[Dataset items]
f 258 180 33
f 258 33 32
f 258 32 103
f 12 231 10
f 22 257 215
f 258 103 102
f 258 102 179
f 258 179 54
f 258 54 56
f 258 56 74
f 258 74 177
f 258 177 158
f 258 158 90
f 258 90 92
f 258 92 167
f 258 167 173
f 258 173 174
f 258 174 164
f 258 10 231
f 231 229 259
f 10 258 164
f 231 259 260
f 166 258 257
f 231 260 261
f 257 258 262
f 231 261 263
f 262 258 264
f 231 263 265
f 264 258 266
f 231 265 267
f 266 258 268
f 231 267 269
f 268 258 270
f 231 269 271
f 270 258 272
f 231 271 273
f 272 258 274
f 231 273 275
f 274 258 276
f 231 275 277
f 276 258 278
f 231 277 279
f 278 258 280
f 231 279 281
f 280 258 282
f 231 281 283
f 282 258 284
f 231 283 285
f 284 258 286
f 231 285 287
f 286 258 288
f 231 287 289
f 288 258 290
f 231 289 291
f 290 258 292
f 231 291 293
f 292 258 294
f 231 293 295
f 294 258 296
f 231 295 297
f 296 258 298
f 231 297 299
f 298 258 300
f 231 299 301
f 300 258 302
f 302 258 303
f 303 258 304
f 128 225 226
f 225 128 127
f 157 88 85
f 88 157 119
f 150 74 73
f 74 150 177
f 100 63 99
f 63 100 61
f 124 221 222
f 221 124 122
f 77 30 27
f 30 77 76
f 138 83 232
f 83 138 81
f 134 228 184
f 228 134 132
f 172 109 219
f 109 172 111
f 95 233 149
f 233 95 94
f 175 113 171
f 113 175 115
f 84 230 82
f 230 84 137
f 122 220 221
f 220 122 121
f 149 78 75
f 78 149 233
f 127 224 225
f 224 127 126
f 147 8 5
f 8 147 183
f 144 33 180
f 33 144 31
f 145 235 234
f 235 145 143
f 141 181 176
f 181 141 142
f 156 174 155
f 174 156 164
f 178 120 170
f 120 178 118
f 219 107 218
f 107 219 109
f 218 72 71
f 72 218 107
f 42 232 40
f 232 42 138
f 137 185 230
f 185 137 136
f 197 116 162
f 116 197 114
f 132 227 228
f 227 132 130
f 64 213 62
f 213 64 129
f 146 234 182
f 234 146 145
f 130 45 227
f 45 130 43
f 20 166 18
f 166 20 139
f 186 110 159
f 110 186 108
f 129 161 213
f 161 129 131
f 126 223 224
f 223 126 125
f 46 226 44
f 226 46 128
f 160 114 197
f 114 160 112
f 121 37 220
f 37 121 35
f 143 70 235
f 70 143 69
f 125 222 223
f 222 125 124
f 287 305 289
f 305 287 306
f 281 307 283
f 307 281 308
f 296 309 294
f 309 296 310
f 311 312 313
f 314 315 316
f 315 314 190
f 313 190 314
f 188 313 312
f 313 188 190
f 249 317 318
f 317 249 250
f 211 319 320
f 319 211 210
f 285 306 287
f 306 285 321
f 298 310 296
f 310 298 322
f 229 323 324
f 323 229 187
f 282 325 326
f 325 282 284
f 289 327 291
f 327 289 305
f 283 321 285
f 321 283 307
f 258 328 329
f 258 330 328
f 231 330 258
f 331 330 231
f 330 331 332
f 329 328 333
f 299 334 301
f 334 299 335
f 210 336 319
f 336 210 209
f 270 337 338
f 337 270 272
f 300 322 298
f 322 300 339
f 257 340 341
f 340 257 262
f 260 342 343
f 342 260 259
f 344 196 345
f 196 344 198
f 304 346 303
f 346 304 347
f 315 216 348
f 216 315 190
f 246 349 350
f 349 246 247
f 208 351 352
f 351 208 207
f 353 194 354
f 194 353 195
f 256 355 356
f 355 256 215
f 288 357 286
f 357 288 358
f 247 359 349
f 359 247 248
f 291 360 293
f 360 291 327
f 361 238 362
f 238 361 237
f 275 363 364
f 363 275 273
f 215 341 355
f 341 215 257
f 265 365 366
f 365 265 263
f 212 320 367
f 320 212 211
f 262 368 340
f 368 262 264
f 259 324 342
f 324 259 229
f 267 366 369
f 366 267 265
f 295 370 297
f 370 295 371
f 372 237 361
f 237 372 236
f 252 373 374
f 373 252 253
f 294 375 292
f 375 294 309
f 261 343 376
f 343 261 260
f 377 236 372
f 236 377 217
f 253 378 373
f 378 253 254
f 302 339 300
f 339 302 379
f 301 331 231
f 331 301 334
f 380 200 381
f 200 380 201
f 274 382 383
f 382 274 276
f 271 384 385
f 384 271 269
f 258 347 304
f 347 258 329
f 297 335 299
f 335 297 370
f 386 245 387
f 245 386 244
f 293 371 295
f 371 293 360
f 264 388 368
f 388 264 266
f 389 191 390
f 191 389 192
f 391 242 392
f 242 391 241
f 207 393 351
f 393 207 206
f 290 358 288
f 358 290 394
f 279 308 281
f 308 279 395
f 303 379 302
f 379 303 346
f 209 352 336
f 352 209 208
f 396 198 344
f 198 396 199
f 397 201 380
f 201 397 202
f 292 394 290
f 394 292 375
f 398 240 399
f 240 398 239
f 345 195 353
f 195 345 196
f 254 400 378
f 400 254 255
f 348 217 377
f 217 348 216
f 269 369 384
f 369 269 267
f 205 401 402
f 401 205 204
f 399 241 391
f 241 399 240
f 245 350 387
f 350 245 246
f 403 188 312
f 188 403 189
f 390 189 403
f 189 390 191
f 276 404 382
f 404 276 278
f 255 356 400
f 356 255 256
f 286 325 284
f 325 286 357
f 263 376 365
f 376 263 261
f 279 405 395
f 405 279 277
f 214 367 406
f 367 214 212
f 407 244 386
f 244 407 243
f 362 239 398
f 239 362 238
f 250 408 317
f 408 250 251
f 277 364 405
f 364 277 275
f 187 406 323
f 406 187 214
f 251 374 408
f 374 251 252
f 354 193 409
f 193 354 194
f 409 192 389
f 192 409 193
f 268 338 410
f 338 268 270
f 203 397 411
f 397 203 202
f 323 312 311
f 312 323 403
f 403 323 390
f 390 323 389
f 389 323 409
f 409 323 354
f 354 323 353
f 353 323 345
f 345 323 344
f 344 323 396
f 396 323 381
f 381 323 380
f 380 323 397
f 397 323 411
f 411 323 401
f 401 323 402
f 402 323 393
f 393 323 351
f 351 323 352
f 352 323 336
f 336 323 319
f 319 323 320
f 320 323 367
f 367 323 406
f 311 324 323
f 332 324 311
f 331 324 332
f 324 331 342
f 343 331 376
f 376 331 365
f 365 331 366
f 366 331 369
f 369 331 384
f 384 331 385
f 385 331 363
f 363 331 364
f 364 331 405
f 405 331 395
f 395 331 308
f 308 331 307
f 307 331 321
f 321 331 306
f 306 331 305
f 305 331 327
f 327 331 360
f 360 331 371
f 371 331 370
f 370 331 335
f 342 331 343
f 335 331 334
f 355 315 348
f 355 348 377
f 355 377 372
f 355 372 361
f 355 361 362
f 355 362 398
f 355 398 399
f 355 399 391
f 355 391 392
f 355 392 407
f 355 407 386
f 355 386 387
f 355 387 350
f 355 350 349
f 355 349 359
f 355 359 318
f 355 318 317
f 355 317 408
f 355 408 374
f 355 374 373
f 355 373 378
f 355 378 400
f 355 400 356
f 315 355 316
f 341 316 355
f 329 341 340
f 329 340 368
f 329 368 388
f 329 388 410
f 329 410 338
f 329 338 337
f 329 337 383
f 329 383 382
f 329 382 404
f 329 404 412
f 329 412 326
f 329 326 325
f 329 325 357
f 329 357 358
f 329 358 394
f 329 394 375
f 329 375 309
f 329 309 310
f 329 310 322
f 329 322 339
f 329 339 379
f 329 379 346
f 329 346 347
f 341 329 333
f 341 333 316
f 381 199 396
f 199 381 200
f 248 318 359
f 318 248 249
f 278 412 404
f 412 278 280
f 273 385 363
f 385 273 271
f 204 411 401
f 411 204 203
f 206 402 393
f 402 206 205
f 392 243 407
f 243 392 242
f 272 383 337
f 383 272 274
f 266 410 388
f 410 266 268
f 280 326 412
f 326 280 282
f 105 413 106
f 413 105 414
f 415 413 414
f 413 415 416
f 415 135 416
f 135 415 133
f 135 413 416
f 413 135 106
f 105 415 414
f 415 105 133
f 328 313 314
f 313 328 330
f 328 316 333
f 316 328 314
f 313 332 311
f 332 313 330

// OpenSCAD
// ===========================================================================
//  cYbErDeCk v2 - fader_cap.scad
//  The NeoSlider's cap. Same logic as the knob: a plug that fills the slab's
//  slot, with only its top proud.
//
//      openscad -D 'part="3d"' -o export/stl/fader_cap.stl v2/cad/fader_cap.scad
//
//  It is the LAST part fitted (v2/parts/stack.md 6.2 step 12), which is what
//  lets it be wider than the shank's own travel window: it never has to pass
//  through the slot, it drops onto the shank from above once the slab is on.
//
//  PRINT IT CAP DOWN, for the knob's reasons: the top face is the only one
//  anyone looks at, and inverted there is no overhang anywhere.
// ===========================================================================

**Required action**. Give back, word for word, only the lines above from the line holding "f 281 307 283" to the line holding "f 196 344 198", both included.

**Reply**.
f 281 307 283
f 307 281 308
f 296 309 294
f 309 296 310
f 311 312 313
f 314 315 316
f 315 314 190
f 313 190 314
f 188 313 312
f 313 188 190
f 249 317 318
f 317 249 250
f 211 319 320
f 319 211 210
f 285 306 287
f 306 285 321
f 298 310 296
f 310 298 322
f 229 323 324
f 323 229 187
f 282 325 326
f 325 282 284
f 289 327 291
f 327 289 305
f 283 321 285
f 321 283 307
f 258 328 329
f 258 330 328
f 231 330 258
f 331 330 231
f 330 331 332
f 329 328 333
f 299 334 301
f 334 299 335
f 210 336 319
f 336 210 209
f 270 337 338
f 337 270 272
f 300 322 298
f 322 300 339
f 257 340 341
f 340 257 262
f 260 342 343
f 342 260 259
f 344 196 345
f 196 344 198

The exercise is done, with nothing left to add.